====== Input

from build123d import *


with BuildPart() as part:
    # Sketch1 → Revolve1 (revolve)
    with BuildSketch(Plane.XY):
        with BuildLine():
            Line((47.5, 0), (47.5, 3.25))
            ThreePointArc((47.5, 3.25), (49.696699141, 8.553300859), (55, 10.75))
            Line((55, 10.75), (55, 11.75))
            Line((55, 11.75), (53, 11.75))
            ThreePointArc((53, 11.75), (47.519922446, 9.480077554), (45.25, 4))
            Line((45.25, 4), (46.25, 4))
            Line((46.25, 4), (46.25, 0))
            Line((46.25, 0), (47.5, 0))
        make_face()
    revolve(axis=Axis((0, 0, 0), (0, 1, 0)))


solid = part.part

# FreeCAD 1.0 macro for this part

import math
import FreeCAD as App
import Part
import Sketcher
Q = App.Units.Quantity

doc = App.newDocument("Part")
body = doc.addObject("PartDesign::Body", "Body")

sketch1 = doc.addObject("Sketcher::SketchObject", "Sketch")
body.addObject(sketch1)
sketch1.AttachmentSupport = (doc.XY_Plane, [""])
sketch1.MapMode = "FlatFace"
sketch1.addGeometry(Part.LineSegment(App.Vector(47.5, 0, 0), App.Vector(47.5, 3.2, 0)), False)
sketch1.addGeometry(Part.ArcOfCircle(Part.Circle(App.Vector(55, 3.2, 0), App.Vector(0, 0, 1), 7.5), math.radians(90), math.radians(180)), False)
sketch1.addGeometry(Part.LineSegment(App.Vector(55, 10.8, 0), App.Vector(55, 11.8, 0)), False)
sketch1.addGeometry(Part.LineSegment(App.Vector(55, 11.8, 0), App.Vector(53, 11.8, 0)), False)
sketch1.addGeometry(Part.ArcOfCircle(Part.Circle(App.Vector(53, 4, 0), App.Vector(0, 0, 1), 7.8), math.radians(90), math.radians(180)), False)
sketch1.addGeometry(Part.LineSegment(App.Vector(45.2, 4, 0), App.Vector(46.2, 4, 0)), False)
sketch1.addGeometry(Part.LineSegment(App.Vector(46.2, 4, 0), App.Vector(46.2, 0, 0)), False)
sketch1.addGeometry(Part.LineSegment(App.Vector(46.2, 0, 0), App.Vector(47.5, 0, 0)), False)
sketch1.addConstraint(Sketcher.Constraint("Tangent", 0, 2, 1, 2))
sketch1.addConstraint(Sketcher.Constraint("Coincident", 1, 1, 2, 1))
sketch1.addConstraint(Sketcher.Constraint("Coincident", 2, 2, 3, 1))
sketch1.addConstraint(Sketcher.Constraint("Tangent", 3, 2, 4, 1))
sketch1.addConstraint(Sketcher.Constraint("Coincident", 4, 2, 5, 1))
sketch1.addConstraint(Sketcher.Constraint("Coincident", 5, 2, 6, 1))
sketch1.addConstraint(Sketcher.Constraint("Coincident", 6, 2, 7, 1))
sketch1.addConstraint(Sketcher.Constraint("Coincident", 7, 2, 0, 1))
sketch1.addConstraint(Sketcher.Constraint("Vertical", 0))
sketch1.addConstraint(Sketcher.Constraint("Vertical", 2))
sketch1.addConstraint(Sketcher.Constraint("Horizontal", 3))
sketch1.addConstraint(Sketcher.Constraint("Horizontal", 5))
sketch1.addConstraint(Sketcher.Constraint("Vertical", 6))
sketch1.addConstraint(Sketcher.Constraint("Horizontal", 7))
sketch1.addConstraint(Sketcher.Constraint("PointOnObject", 6, 2, -1))
sketch1.addConstraint(Sketcher.Constraint("Equal", 5, 2))
sketch1.addConstraint(Sketcher.Constraint("Radius", 1, Q("7.5 mm")))
sketch1.addConstraint(Sketcher.Constraint("DistanceX", 3, 2, 3, 1, Q("2 mm")))
sketch1.addConstraint(Sketcher.Constraint("DistanceX", 5, 1, 5, 2, Q("1 mm")))
sketch1.addConstraint(Sketcher.Constraint("DistanceY", 6, 2, 6, 1, Q("4 mm")))
sketch1.addConstraint(Sketcher.Constraint("Radius", 4, Q("7.75 mm")))
sketch1.addConstraint(Sketcher.Constraint("DistanceX", -1, 1, 1, 3, Q("55 mm")))
sketch1.addConstraint(Sketcher.Constraint("DistanceX", -1, 1, 4, 3, Q("53 mm")))
sketch1.addConstraint(Sketcher.Constraint("DistanceY", -1, 1, 4, 3, Q("4 mm")))
revolution = doc.addObject("PartDesign::Revolution", "Revolution")
body.addObject(revolution)
revolution.Profile = sketch1
revolution.ReferenceAxis = (sketch1, ["V_Axis"])
revolution.Angle = 360

doc.recompute()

============

Exercise brief: Please print, exactly and with nothing else, the lines from the first line of the entries through the line containing "# FreeCAD 1.0 macro for this part".

Written solution:
from build123d import *


with BuildPart() as part:
    # Sketch1 → Revolve1 (revolve)
    with BuildSketch(Plane.XY):
        with BuildLine():
            Line((47.5, 0), (47.5, 3.25))
            ThreePointArc((47.5, 3.25), (49.696699141, 8.553300859), (55, 10.75))
            Line((55, 10.75), (55, 11.75))
            Line((55, 11.75), (53, 11.75))
            ThreePointArc((53, 11.75), (47.519922446, 9.480077554), (45.25, 4))
            Line((45.25, 4), (46.25, 4))
            Line((46.25, 4), (46.25, 0))
            Line((46.25, 0), (47.5, 0))
        make_face()
    revolve(axis=Axis((0, 0, 0), (0, 1, 0)))


solid = part.part

# FreeCAD 1.0 macro for this part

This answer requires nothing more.